Jalilvand merkt aber auch an, dass Irans zögerliches Vorgehen weitere Gründe hat: "Wegen der US-Sanktionen ist die iranische Wirtschaft angeschlagen", sagt Jalilvand. "Die Regierung fürchtete die ökonomischen Folgen umfassender Corona-Maßnahmen und sorgte sich vor einer Verschärfung der sozialen und politischen Krise."

Geistliche kritisieren Maßnahmen

Aber nicht alle Kleriker im Iran befürworten die Einschränkungen der Regierung: So zitiert das Nachrichtenportal "nau.ch" den ultrakonservativen Prediger Ahmad Alamolhoda: "Es ist inakzeptabel, dass kommerzielle Unternehmen geöffnet sind, die Mausoleen und Moscheen aber nicht", sagt der Geistliche. "Wir haben Ramadan, den Monat Gottes. Da kann man Gläubigen für ihre Rituale nicht die Tore der heiligen Stätte blockieren."

Alamolhoda ist Chefprediger des Freitagsgebets von Maschhad, der zweitgrößten Stadt des Iran. Bereits Ende Februar hatte der Geistliche das Aussetzen der Freitagsgebete als "ungerecht" bezeichnet. Und Mitte März hatten sogar strenggläubige Muslime kürzlich verschlossene Heiligtümer in der Stadt Ghom gestürmt. Laut Iran-Experte Adnan Tabatabai von der Nahost-Denkfabrik CARPO dürften solche Aktionen aber nicht zu hoch bewertet werden: "Radikale gibt es in jedem Land", sagt Tabatabai. "Die sind aber auch im Iran in der Minderheit. Die wichtigsten iranischen Geistlichen tragen die Entscheidungen der Regierung mit."

Coronavirus macht Bevölkerung religiöser

Mittlerweile hat Präsident Hassan Rohani verkündet, dass wegen der Verbesserung der Lage 132 Städte als weiße Zonen deklariert werden. Hier sollen die Einschränkungen weitgehend aufgehoben werden. Tatsächlich schienen die religiösen Einschränkungen viele Iraner aber nicht gestört zu haben. Die Drive-In-Zeremonien zeigen zudem, dass die Menschen auch ohne Moscheen ihrem Glauben nachkommen können.

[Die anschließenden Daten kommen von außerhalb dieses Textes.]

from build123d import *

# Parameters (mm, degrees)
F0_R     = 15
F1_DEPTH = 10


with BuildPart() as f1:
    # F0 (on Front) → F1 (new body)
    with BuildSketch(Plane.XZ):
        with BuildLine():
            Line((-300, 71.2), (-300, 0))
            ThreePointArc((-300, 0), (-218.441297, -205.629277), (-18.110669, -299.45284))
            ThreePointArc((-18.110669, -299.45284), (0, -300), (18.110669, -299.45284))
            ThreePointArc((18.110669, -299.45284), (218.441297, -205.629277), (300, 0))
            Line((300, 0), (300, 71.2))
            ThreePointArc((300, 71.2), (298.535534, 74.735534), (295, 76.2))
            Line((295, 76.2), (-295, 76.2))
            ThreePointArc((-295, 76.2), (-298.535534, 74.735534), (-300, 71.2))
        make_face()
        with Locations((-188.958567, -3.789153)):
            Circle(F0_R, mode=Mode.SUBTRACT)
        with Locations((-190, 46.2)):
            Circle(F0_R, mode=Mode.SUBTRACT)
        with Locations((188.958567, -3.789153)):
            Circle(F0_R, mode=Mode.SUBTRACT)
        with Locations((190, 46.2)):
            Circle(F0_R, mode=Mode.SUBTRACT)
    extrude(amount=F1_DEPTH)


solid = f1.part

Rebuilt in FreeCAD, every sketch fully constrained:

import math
import FreeCAD as App
import Part
import Sketcher

V = App.Vector
Q = App.Units.Quantity

doc = App.newDocument("Part")
body = doc.addObject("PartDesign::Body", "Body")

# Sketch on XZ plane
sketch1 = doc.addObject("Sketcher::SketchObject", "Sketch")
body.addObject(sketch1)
sketch1.AttachmentSupport = (doc.XZ_Plane, [""])
sketch1.MapMode = "FlatFace"
sketch1.addGeometry([
    Part.LineSegment(V(-300, 71.2, 0), V(-300, 0, 0)),  # 0
    Part.ArcOfCircle(Part.Circle(V(0, 0.000001, 0), V(0, 0, 1), 300), math.radians(-180), math.radians(-93.460987)),  # 1
    Part.ArcOfCircle(Part.Circle(V(0, -0.00026, 0), V(0, 0, 1), 299.99974), math.radians(-93.46099), math.radians(-86.53901)),  # 2
    Part.ArcOfCircle(Part.Circle(V(0, 0.000001, 0), V(0, 0, 1), 300), math.radians(-86.539013), math.radians(0)),  # 3
    Part.LineSegment(V(300, 0, 0), V(300, 71.2, 0)),  # 4
    Part.ArcOfCircle(Part.Circle(V(295, 71.2, 0), V(0, 0, 1), 5), math.radians(-0.000004), math.radians(90.000004)),  # 5
    Part.LineSegment(V(295, 76.2, 0), V(-295, 76.2, 0)),  # 6
    Part.ArcOfCircle(Part.Circle(V(-295, 71.2, 0), V(0, 0, 1), 5), math.radians(89.999996), math.radians(180.000004)),  # 7
    Part.Circle(V(-188.958567, -3.789153, 0), V(0, 0, 1), 15),  # 8
    Part.Circle(V(188.958567, -3.789153, 0), V(0, 0, 1), 15),  # 9
    Part.Circle(V(-190, 46.2, 0), V(0, 0, 1), 15),  # 10
    Part.Circle(V(190, 46.2, 0), V(0, 0, 1), 15),  # 11
], False)
sketch1.addConstraint([
    Sketcher.Constraint("Coincident", 0, 2, 1, 1),
    Sketcher.Constraint("Coincident", 1, 2, 2, 1),
    Sketcher.Constraint("Coincident", 2, 2, 3, 1),
    Sketcher.Constraint("Coincident", 3, 2, 4, 1),
    Sketcher.Constraint("Coincident", 4, 2, 5, 1),
    Sketcher.Constraint("Coincident", 5, 2, 6, 1),
    Sketcher.Constraint("Coincident", 6, 2, 7, 1),
    Sketcher.Constraint("Coincident", 7, 2, 0, 1),
    Sketcher.Constraint("Vertical", 0),
    Sketcher.Constraint("Vertical", 4),
    Sketcher.Constraint("Horizontal", 6),
    Sketcher.Constraint("Coincident", 1, 3, -1, 1),
    Sketcher.Constraint("Coincident", 3, 3, -1, 1),
    Sketcher.Constraint("PointOnObject", 2, 3, -2),
    Sketcher.Constraint("PointOnObject", 0, 2, -1),
    Sketcher.Constraint("PointOnObject", 3, 2, -1),
    Sketcher.Constraint("Diameter", 8, Q("30 mm")),
    Sketcher.Constraint("Diameter", 9, Q("30 mm")),
    Sketcher.Constraint("Diameter", 10, Q("30 mm")),
    Sketcher.Constraint("Diameter", 11, Q("30 mm")),
    Sketcher.Constraint("Radius", 1, Q("300 mm")),
    Sketcher.Constraint("Radius", 5, Q("5 mm")),
    Sketcher.Constraint("Radius", 7, Q("5 mm")),
    Sketcher.Constraint("DistanceX", 6, 2, 6, 1, Q("590 mm")),
    Sketcher.Constraint("DistanceY", 0, 2, 0, 1, Q("71.2 mm")),
    Sketcher.Constraint("DistanceY", 4, 1, 4, 2, Q("71.2 mm")),
    Sketcher.Constraint("DistanceX", 10, 3, -1, 1, Q("190 mm")),
    Sketcher.Constraint("DistanceX", -1, 1, 11, 3, Q("190 mm")),
    Sketcher.Constraint("DistanceX", -1, 1, 5, 2, Q("295 mm")),
    Sketcher.Constraint("DistanceY", 10, 3, 7, 3, Q("25 mm")),
    Sketcher.Constraint("DistanceY", 11, 3, 5, 3, Q("25 mm")),
    Sketcher.Constraint("DistanceY", 11, 3, 4, 2, Q("25 mm")),
    Sketcher.Constraint("Radius", 2, Q("299.99974 mm")),
    Sketcher.Constraint("DistanceX", 8, 3, 1, 2, Q("170.847898 mm")),
    Sketcher.Constraint("DistanceX", 1, 2, -1, 1, Q("18.110669 mm")),
    Sketcher.Constraint("DistanceX", -1, 1, 2, 2, Q("18.110669 mm")),
    Sketcher.Constraint("DistanceY", 8, 3, -1, 1, Q("3.789153 mm")),
    Sketcher.Constraint("DistanceX", -1, 1, 9, 3, Q("188.958567 mm")),
    Sketcher.Constraint("DistanceY", 9, 3, -1, 1, Q("3.789153 mm")),
])
pad1 = doc.addObject("PartDesign::Pad", "Pad")
body.addObject(pad1)
pad1.Profile = sketch1
pad1.Length = 10

doc.recompute()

Freiwillige nutzten Berichten zufolge sogar leere Moscheen in Städten wie Teheran oder Shiraz, um Masken zu nähen. Auch zeigt eine aktuelle Umfrage, dass bei der Hälfte der Befragten die "Bedeutung für Gott und Religion" seit dem Coronavirus-Ausbruch zugenommen habe. Nur bei 3,5 Prozent sei das Gegenteil der Fall.

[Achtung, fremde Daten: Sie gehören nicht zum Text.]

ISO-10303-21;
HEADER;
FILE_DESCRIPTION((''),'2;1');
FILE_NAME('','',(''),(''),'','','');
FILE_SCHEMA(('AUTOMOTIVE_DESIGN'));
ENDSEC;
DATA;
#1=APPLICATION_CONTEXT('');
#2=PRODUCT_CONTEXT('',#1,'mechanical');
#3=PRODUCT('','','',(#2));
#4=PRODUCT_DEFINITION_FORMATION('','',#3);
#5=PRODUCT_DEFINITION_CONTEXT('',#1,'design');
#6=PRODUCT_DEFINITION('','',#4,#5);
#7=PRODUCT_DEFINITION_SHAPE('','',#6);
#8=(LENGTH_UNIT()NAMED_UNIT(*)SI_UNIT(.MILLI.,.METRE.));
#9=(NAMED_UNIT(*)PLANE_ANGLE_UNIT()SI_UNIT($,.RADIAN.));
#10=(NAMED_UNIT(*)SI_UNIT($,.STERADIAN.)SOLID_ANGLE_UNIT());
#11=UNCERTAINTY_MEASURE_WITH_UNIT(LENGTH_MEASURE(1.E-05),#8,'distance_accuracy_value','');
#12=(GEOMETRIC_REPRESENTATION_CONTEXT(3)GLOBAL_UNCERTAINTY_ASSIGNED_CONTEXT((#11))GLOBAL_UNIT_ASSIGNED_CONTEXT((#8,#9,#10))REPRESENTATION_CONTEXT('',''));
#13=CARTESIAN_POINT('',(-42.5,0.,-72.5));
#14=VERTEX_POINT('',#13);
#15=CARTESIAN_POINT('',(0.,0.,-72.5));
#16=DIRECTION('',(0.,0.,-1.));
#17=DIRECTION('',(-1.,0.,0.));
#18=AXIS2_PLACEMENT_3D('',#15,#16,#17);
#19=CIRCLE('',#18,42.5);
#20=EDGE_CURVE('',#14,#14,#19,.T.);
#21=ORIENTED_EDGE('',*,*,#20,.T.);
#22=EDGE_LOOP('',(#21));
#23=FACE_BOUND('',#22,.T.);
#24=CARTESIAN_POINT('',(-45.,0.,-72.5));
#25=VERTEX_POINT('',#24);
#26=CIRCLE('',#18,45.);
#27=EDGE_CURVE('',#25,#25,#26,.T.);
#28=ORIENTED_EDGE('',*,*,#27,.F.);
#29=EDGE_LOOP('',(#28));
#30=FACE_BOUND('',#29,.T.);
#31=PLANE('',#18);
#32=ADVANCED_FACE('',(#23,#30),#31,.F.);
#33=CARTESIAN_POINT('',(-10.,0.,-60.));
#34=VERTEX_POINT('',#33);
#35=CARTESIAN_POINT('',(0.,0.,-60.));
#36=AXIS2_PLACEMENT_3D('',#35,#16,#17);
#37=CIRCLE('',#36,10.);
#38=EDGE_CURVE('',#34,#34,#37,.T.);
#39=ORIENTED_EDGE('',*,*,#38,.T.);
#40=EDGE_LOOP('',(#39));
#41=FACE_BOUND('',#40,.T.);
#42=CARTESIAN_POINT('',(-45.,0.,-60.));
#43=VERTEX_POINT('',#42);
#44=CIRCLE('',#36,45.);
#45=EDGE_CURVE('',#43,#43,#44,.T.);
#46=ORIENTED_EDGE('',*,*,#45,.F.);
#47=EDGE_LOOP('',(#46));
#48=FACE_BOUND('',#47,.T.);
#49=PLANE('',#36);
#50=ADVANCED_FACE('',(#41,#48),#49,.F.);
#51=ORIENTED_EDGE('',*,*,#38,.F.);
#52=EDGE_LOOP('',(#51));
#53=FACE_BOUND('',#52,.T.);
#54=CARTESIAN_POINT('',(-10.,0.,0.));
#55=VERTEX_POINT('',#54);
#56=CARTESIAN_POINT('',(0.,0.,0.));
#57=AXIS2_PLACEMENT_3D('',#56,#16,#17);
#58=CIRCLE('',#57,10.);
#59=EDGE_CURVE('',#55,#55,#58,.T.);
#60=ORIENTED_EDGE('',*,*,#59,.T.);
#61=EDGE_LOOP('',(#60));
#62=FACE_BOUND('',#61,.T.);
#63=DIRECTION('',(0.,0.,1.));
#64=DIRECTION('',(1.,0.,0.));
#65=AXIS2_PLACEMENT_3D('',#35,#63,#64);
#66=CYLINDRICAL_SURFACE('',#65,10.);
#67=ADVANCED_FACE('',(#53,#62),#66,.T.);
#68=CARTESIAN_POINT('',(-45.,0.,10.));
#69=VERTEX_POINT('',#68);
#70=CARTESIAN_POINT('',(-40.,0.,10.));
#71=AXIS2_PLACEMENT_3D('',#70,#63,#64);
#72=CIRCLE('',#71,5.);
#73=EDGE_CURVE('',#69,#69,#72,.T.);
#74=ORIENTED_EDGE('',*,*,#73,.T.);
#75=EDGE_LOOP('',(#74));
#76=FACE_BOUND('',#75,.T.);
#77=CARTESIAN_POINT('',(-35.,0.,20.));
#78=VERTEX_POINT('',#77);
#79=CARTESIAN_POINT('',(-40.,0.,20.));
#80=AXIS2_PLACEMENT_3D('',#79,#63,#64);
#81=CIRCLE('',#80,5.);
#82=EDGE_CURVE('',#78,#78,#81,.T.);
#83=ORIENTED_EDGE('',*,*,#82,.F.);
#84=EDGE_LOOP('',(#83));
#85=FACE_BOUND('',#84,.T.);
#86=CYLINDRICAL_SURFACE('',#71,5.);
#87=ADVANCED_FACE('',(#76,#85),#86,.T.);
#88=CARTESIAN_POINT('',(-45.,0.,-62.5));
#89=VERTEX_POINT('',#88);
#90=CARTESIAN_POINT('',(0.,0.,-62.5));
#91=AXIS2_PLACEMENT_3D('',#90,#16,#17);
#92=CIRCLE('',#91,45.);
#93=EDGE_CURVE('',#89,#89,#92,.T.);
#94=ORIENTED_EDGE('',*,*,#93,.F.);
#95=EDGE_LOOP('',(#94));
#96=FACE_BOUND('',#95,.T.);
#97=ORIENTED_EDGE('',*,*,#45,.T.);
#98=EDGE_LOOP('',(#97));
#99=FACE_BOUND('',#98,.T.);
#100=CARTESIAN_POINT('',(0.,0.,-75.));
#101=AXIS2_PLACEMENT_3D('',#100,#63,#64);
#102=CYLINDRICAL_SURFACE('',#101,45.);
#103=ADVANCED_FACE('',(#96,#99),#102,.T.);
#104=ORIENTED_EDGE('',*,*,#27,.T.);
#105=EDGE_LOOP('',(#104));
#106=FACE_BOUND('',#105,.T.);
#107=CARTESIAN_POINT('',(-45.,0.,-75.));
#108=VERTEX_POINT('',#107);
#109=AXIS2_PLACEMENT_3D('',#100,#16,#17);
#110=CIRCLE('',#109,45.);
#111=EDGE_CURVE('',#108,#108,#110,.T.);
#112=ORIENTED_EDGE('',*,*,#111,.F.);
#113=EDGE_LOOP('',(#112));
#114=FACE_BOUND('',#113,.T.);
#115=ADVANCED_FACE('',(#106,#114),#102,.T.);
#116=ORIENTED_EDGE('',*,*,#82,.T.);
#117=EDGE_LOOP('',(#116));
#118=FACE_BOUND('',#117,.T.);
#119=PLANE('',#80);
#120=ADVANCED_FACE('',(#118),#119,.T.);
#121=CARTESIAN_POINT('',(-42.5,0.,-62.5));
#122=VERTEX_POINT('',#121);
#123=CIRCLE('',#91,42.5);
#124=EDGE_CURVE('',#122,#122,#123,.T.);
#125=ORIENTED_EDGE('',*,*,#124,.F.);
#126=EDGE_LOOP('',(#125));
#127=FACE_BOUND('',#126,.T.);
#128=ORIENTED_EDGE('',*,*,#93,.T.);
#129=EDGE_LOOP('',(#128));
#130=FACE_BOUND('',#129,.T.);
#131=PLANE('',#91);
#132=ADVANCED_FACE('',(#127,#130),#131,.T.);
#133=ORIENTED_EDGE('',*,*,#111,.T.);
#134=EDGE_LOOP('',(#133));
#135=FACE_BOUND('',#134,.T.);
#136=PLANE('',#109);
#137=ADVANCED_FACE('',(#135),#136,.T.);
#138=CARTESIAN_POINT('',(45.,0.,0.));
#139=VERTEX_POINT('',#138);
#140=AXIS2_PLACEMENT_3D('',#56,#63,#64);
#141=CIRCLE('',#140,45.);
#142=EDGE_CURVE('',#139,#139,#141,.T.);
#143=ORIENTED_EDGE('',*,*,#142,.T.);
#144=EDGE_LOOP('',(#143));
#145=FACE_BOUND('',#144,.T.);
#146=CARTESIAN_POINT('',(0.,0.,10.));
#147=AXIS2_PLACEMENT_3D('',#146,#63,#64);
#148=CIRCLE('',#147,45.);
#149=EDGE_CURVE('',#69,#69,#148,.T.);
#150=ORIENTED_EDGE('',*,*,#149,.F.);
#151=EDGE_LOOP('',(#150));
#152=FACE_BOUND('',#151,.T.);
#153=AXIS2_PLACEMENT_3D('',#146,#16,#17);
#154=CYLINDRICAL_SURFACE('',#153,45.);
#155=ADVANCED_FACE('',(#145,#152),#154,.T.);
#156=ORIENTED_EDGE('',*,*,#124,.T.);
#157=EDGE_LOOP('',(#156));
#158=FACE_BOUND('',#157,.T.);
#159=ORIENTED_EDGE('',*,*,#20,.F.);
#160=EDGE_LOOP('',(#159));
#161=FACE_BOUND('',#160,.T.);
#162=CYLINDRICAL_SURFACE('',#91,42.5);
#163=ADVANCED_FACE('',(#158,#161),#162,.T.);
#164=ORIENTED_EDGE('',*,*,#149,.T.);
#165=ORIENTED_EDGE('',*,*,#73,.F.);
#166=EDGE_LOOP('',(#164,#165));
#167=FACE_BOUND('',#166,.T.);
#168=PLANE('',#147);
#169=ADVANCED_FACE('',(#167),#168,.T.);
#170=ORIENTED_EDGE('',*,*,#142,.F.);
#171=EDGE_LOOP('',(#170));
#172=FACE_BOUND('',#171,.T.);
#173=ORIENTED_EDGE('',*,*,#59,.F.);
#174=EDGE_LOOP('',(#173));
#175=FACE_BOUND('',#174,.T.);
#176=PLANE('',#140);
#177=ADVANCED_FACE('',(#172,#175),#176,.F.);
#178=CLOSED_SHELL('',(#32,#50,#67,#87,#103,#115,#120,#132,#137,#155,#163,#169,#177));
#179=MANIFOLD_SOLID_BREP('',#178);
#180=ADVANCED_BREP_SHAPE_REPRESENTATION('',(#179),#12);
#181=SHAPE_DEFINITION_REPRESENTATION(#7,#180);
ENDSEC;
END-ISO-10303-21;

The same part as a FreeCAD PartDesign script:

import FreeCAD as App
import Part
import Sketcher
from FreeCAD import Vector
Q = App.Units.Quantity

doc = App.newDocument("Part")
body = doc.addObject("PartDesign::Body", "Body")

# Sketch on XY plane
sketch1 = doc.addObject("Sketcher::SketchObject", "Sketch")
body.addObject(sketch1)
sketch1.AttachmentSupport = (doc.XY_Plane, [""])
sketch1.MapMode = "FlatFace"
sketch1.addGeometry(Part.Circle(Vector(0, 0, 0), Vector(0, 0, 1), 45), False)
sketch1.addConstraint([
    Sketcher.Constraint("Coincident", 0, 3, -1, 1),
    Sketcher.Constraint("Diameter", 0, Q("90 mm")),
])
pad1 = doc.addObject("PartDesign::Pad", "Pad")
body.addObject(pad1)
pad1.Profile = sketch1
pad1.Length = 10

# Sketch on XY plane
sketch2 = doc.addObject("Sketcher::SketchObject", "Sketch001")
body.addObject(sketch2)
sketch2.AttachmentSupport = (doc.XY_Plane, [""])
sketch2.MapMode = "FlatFace"
sketch2.AttachmentOffset = App.Placement(Vector(0, 0, 20), App.Rotation())
sketch2.addGeometry(Part.Circle(Vector(-40, 0, 0), Vector(0, 0, 1), 5), False)
sketch2.addConstraint([
    Sketcher.Constraint("PointOnObject", 0, 3, -1),
    Sketcher.Constraint("Diameter", 0, Q("10 mm")),
    Sketcher.Constraint("DistanceX", 0, 3, -1, 1, Q("40 mm")),
])
pad2 = doc.addObject("PartDesign::Pad", "Pad001")
body.addObject(pad2)
pad2.Profile = sketch2
pad2.Length = 10
pad2.Reversed = True

# Sketch on XY plane
sketch3 = doc.addObject("Sketcher::SketchObject", "Sketch002")
body.addObject(sketch3)
sketch3.AttachmentSupport = (doc.XY_Plane, [""])
sketch3.MapMode = "FlatFace"
sketch3.addGeometry(Part.Circle(Vector(0, 0, 0), Vector(0, 0, 1), 10), False)
sketch3.addConstraint([
    Sketcher.Constraint("Coincident", 0, 3, -1, 1),
    Sketcher.Constraint("Diameter", 0, Q("20 mm")),
])
pad3 = doc.addObject("PartDesign::Pad", "Pad002")
body.addObject(pad3)
pad3.Profile = sketch3
pad3.Length = 60
pad3.Reversed = True

# Sketch on XY plane
sketch4 = doc.addObject("Sketcher::SketchObject", "Sketch003")
body.addObject(sketch4)
sketch4.AttachmentSupport = (doc.XY_Plane, [""])
sketch4.MapMode = "FlatFace"
sketch4.AttachmentOffset = App.Placement(Vector(0, 0, -75), App.Rotation())
sketch4.addGeometry(Part.Circle(Vector(0, 0, 0), Vector(0, 0, 1), 45), False)
sketch4.addConstraint([
    Sketcher.Constraint("Coincident", 0, 3, -1, 1),
    Sketcher.Constraint("Diameter", 0, Q("90 mm")),
])
pad4 = doc.addObject("PartDesign::Pad", "Pad003")
body.addObject(pad4)
pad4.Profile = sketch4
pad4.Length = 15

# Sketch on XY plane
sketch5 = doc.addObject("Sketcher::SketchObject", "Sketch004")
body.addObject(sketch5)
sketch5.AttachmentSupport = (doc.XY_Plane, [""])
sketch5.MapMode = "FlatFace"
sketch5.AttachmentOffset = App.Placement(Vector(0, 0, -72.5), App.Rotation())
sketch5.addGeometry([
    Part.Circle(Vector(0, 0, 0), Vector(0, 0, 1), 45),
    Part.Circle(Vector(0, 0, 0), Vector(0, 0, 1), 42),
], False)
sketch5.addConstraint([
    Sketcher.Constraint("Coincident", 0, 3, -1, 1),
    Sketcher.Constraint("Coincident", 1, 3, -1, 1),
    Sketcher.Constraint("Diameter", 0, Q("90 mm")),
    Sketcher.Constraint("Diameter", 1, Q("85 mm")),
])
pocket1 = doc.addObject("PartDesign::Pocket", "Pocket")
body.addObject(pocket1)
pocket1.Profile = sketch5
pocket1.Length = 10
pocket1.Reversed = True

doc.recompute()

Was das für den Islam und den Iran bedeutet, darüber lässt sich aber nur spekulieren. Denn laut dem Iran-Analysten Raz Zimmt wenden sich generell viele Iraner der Religion in Zeiten von Krisen zu, schreibt er auf "atlanticcouncil.org.". Er vermutet zudem, dass die iranischen Behörden "ihre Bemühungen fortsetzen, ein positives Bild des Islam im Einklang mit Vernunft und Wissenschaft aufrechtzuerhalten". Fügt aber hinzu: "Es ist jedoch höchst zweifelhaft, dass diese Versuche das Bild der iranischen Geistlichen, die in den letzten vier Jahrzehnten an der Macht waren, verbessern können."

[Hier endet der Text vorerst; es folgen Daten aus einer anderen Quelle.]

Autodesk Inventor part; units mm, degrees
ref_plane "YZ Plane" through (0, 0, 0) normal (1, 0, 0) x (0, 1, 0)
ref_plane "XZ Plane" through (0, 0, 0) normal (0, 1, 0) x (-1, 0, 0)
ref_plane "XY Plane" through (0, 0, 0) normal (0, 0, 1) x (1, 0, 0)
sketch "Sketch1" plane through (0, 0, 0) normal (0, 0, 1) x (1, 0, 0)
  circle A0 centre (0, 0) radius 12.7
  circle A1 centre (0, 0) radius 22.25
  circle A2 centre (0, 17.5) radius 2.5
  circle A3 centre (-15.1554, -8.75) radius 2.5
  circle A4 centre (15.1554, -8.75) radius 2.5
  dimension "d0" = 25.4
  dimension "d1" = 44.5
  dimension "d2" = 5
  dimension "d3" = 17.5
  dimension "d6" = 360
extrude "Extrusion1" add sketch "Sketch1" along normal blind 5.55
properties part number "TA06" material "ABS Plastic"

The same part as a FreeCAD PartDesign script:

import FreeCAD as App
import Part
import Sketcher
from FreeCAD import Vector

doc = App.newDocument("Part")
body = doc.addObject("PartDesign::Body", "Body")

sketch1 = body.newObject("Sketcher::SketchObject", "Sketch")
sketch1.AttachmentSupport = (doc.getObject("XY_Plane"), [""])
sketch1.MapMode = "FlatFace"
sketch1.addGeometry([
    Part.Circle(Vector(0, 0, 0), Vector(0, 0, 1), 22.2),
    Part.Circle(Vector(-15.2, -8.8, 0), Vector(0, 0, 1), 2.5),
    Part.Circle(Vector(15.2, -8.8, 0), Vector(0, 0, 1), 2.5),
    Part.Circle(Vector(0, 0, 0), Vector(0, 0, 1), 12.7),
    Part.Circle(Vector(0, 17.5, 0), Vector(0, 0, 1), 2.5),
], False)
sketch1.addConstraint([
    Sketcher.Constraint("Coincident", 0, 3, -1, 1),
    Sketcher.Constraint("Coincident", 3, 3, -1, 1),
    Sketcher.Constraint("Equal", 1, 2),
    Sketcher.Constraint("Equal", 2, 4),
    Sketcher.Constraint("Symmetric", 1, 3, 2, 3, -2),
    Sketcher.Constraint("PointOnObject", 4, 3, -2),
    Sketcher.Constraint("Diameter", 1, 5.0),
    Sketcher.Constraint("Diameter", 0, 44.5),
    Sketcher.Constraint("Diameter", 3, 25.4),
    Sketcher.Constraint("DistanceY", -1, 1, 4, 3, 17.5),
    Sketcher.Constraint("DistanceY", 1, 3, -1, 1, 8.75),
    Sketcher.Constraint("DistanceX", 1, 3, -1, 1, 15.1554),
])
pad1 = body.newObject("PartDesign::Pad", "Pad")
pad1.Profile = sketch1
pad1.Length = 5.55

doc.recompute()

Trotz allem gibt es eine islamische Tradition, auf die viele Iraner nur schwer verzichten können – wegen des Coronavirus aber müssen: Beerdigungen und den anschließenden Zyklus von Trauerzeremonien drei, sieben und vierzig Tage nach dem Todestag. Wegen der Pandemie dürfen diese nur im engsten Kreis und unter strengen Auflagen stattfinden. "Verwandte können sich so nicht vernünftig nach islamischer Tradition verabschieden", sagt Iran-Experte Tabatabai. "Dieser Abschiedsschmerz ist für viele schwerer zu ertragen als geschlossene Moscheen oder Heiligtümer."